Recent years have Bausch experience some legal issues from which it has not yet fully recovered – therefore this may be an optimal time to pick up some stock.
While Savaria is ultimately an industrial company, there purchase of the mobility product manufacturer Handicare in 2021 has bought them an entry into the Canadian healthcare sector.
With an ageing population and an ever increasing demand for stairlifts. The group is well poised and expected to double its revenue within the next 2 years.
Neighbourly Pharmacies operates over 170 community pharmacies across Canada. They have made a number of acquisitions in recent years as they begin to take on their big rival Metro.
With a forward dividend yield of 0.93% and a dividend payout ratio of 3.02%, this is a solid stock option.
The pharmaceutical giant AstraZeneca became a household name in the UK during the COVID-19 pandemic after becoming one of the first producers in the western world of COVID-19 vaccines.
With a market cap of £157 billion, this is a huge company and one that offers very steady returns for its shareholders.
Even though the UK essentially operates a socialised medical model, an increasing number of its functions are being contracted out to private companies in what critics feel is a worrying creep towards full privatisation.

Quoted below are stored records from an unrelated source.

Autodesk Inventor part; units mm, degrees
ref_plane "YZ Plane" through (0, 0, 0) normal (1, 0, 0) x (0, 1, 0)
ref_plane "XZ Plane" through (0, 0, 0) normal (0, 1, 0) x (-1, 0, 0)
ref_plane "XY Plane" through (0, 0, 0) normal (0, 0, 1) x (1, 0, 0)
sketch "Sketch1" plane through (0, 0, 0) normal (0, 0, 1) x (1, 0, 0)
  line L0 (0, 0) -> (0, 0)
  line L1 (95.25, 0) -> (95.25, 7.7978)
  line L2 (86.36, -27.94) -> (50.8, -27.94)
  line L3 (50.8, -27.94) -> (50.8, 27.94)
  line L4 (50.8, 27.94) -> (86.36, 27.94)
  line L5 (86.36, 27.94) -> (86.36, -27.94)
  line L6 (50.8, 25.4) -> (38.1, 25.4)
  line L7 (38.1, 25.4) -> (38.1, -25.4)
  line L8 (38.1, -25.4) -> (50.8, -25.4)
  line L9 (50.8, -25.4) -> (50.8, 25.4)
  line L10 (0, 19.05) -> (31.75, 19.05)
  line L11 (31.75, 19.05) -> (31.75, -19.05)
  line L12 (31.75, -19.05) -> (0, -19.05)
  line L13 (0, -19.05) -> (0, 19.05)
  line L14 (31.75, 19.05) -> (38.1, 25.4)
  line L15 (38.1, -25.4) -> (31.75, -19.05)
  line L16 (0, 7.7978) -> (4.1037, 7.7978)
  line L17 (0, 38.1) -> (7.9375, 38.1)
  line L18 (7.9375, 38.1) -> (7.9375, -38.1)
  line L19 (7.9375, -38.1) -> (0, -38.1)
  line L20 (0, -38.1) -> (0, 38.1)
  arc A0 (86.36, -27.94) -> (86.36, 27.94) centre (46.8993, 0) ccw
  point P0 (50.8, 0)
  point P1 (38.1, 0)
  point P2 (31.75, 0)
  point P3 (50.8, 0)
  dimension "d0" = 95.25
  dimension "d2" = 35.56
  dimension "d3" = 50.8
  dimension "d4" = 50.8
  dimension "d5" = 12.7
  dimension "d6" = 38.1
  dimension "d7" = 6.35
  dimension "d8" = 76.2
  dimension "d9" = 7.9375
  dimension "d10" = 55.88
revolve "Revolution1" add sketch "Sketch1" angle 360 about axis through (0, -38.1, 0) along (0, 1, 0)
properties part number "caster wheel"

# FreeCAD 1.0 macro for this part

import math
import FreeCAD as App
import Part
import Sketcher
from FreeCAD import Vector
Q = App.Units.Quantity

doc = App.newDocument("Part")
params = doc.addObject("Spreadsheet::Sheet", "Params")
for row, (alias, value) in enumerate([
    ("sketch1_height", "3 in"),
    ("sketch1_width", "1.4 in"),
    ("sketch1_width2", "0.5 in"),
    ("sketch1_width3", "0.3125 in"),
    ("revolution_angle", "360 deg"),
], start=1):
    params.set(f"A{row}", alias)
    params.set(f"B{row}", "=" + value)
    params.setAlias(f"B{row}", alias)

body = doc.addObject("PartDesign::Body", "Body")

sketch1 = body.newObject("Sketcher::SketchObject", "Sketch")
sketch1.AttachmentSupport = (doc.getObject("XY_Plane"), [""])
sketch1.MapMode = "FlatFace"
sketch1.addGeometry([
    Part.LineSegment(Vector(50.8, -27.9, 0), Vector(86.4, -27.9, 0)),
    Part.ArcOfCircle(Part.Circle(Vector(46.9, 0, 0), Vector(0, 0, 1), 48.4), math.radians(-35), math.radians(35)),
    Part.LineSegment(Vector(86.4, 27.9, 0), Vector(50.8, 27.9, 0)),
    Part.LineSegment(Vector(50.8, 27.9, 0), Vector(50.8, 25.4, 0)),
    Part.LineSegment(Vector(50.8, 25.4, 0), Vector(38.1, 25.4, 0)),
    Part.LineSegment(Vector(38.1, 25.4, 0), Vector(31.8, 19.1, 0)),
    Part.LineSegment(Vector(31.8, 19.1, 0), Vector(7.9, 19.1, 0)),
    Part.LineSegment(Vector(7.9, 19.1, 0), Vector(7.9, 38.1, 0)),
    Part.LineSegment(Vector(7.9, 38.1, 0), Vector(0, 38.1, 0)),
    Part.LineSegment(Vector(0, 38.1, 0), Vector(0, -38.1, 0)),
    Part.LineSegment(Vector(0, -38.1, 0), Vector(7.9, -38.1, 0)),
    Part.LineSegment(Vector(7.9, -38.1, 0), Vector(7.9, -19.1, 0)),
    Part.LineSegment(Vector(7.9, -19.1, 0), Vector(31.8, -19.1, 0)),
    Part.LineSegment(Vector(31.8, -19.1, 0), Vector(38.1, -25.4, 0)),
    Part.LineSegment(Vector(38.1, -25.4, 0), Vector(50.8, -25.4, 0)),
    Part.LineSegment(Vector(50.8, -25.4, 0), Vector(50.8, -27.9, 0)),
], False)
sketch1.addConstraint([
    Sketcher.Constraint("Coincident", 0, 2, 1, 1),
    Sketcher.Constraint("Coincident", 1, 2, 2, 1),
    Sketcher.Constraint("Coincident", 2, 2, 3, 1),
    Sketcher.Constraint("Coincident", 3, 2, 4, 1),
    Sketcher.Constraint("Coincident", 4, 2, 5, 1),
    Sketcher.Constraint("Coincident", 5, 2, 6, 1),
    Sketcher.Constraint("Coincident", 6, 2, 7, 1),
    Sketcher.Constraint("Coincident", 7, 2, 8, 1),
    Sketcher.Constraint("Coincident", 8, 2, 9, 1),
    Sketcher.Constraint("Coincident", 9, 2, 10, 1),
    Sketcher.Constraint("Coincident", 10, 2, 11, 1),
    Sketcher.Constraint("Coincident", 11, 2, 12, 1),
    Sketcher.Constraint("Coincident", 12, 2, 13, 1),
    Sketcher.Constraint("Coincident", 13, 2, 14, 1),
    Sketcher.Constraint("Coincident", 14, 2, 15, 1),
    Sketcher.Constraint("Coincident", 15, 2, 0, 1),
    Sketcher.Constraint("Horizontal", 0),
    Sketcher.Constraint("Horizontal", 2),
    Sketcher.Constraint("Vertical", 3),
    Sketcher.Constraint("Horizontal", 4),
    Sketcher.Constraint("Horizontal", 6),
    Sketcher.Constraint("Vertical", 7),
    Sketcher.Constraint("Horizontal", 8),
    Sketcher.Constraint("Vertical", 9),
    Sketcher.Constraint("Horizontal", 10),
    Sketcher.Constraint("Vertical", 11),
    Sketcher.Constraint("Horizontal", 12),
    Sketcher.Constraint("Horizontal", 14),
    Sketcher.Constraint("Vertical", 15),
    Sketcher.Constraint("Symmetric", 8, 2, 9, 2, -1, 1),
    Sketcher.Constraint("Symmetric", 0, 2, 1, 2, -1),
    Sketcher.Constraint("Symmetric", 6, 2, 11, 2, -1),
    Sketcher.Constraint("Symmetric", 4, 2, 13, 2, -1),
    Sketcher.Constraint("Perpendicular", 5, 13),
    Sketcher.Constraint("Vertical", 5, 2, 12, 2),
    Sketcher.Constraint("Vertical", 3, 2, 14, 2),
    Sketcher.Constraint("DistanceY", 9, 2, 9, 1, Q("3 in")),
    Sketcher.Constraint("DistanceX", 0, 1, 0, 2, Q("1.4 in")),
    Sketcher.Constraint("DistanceX", 4, 2, 4, 1, Q("0.5 in")),
    Sketcher.Constraint("DistanceX", -1, 1, 2, 2, Q("2 in")),
    Sketcher.Constraint("DistanceY", 0, 2, 1, 2, Q("2.2 in")),
    Sketcher.Constraint("DistanceY", 4, 2, 7, 2, Q("0.5 in")),
    Sketcher.Constraint("DistanceY", 11, 2, 6, 2, Q("1.5 in")),
    Sketcher.Constraint("DistanceX", 8, 2, 8, 1, Q("0.3125 in")),
    Sketcher.Constraint("Radius", 1, Q("48.3507 mm")),
])
sketch1.setExpression("Constraints[36]", "Params.sketch1_height")
sketch1.setExpression("Constraints[37]", "Params.sketch1_width")
sketch1.setExpression("Constraints[38]", "Params.sketch1_width2")
sketch1.setExpression("Constraints[43]", "Params.sketch1_width3")
revolution = body.newObject("PartDesign::Revolution", "Revolution")
revolution.Profile = sketch1
revolution.ReferenceAxis = (sketch1, ["V_Axis"])
revolution.setExpression("Angle", "Params.revolution_angle")

doc.recompute()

Spire provides a number of healthcare functions in UK hospitals including diagnostics, inpatient care, and outpatient care. Their stock value will only soar if the UK does edge towards increasing reliance on private healthcare.
The French based Eurofins provides ‘drug discovery services’ to pharmaceutical companies worldwide. Nestled at the heart of the EU, Eurofins are well placed to take full advantage of the single market.
Healthcare stocks are a sound addition to any portfolio. Investing in healthcare is relatively low-risk and the best healthcare stocks that we showcased here have proven track records for delivering solid performances.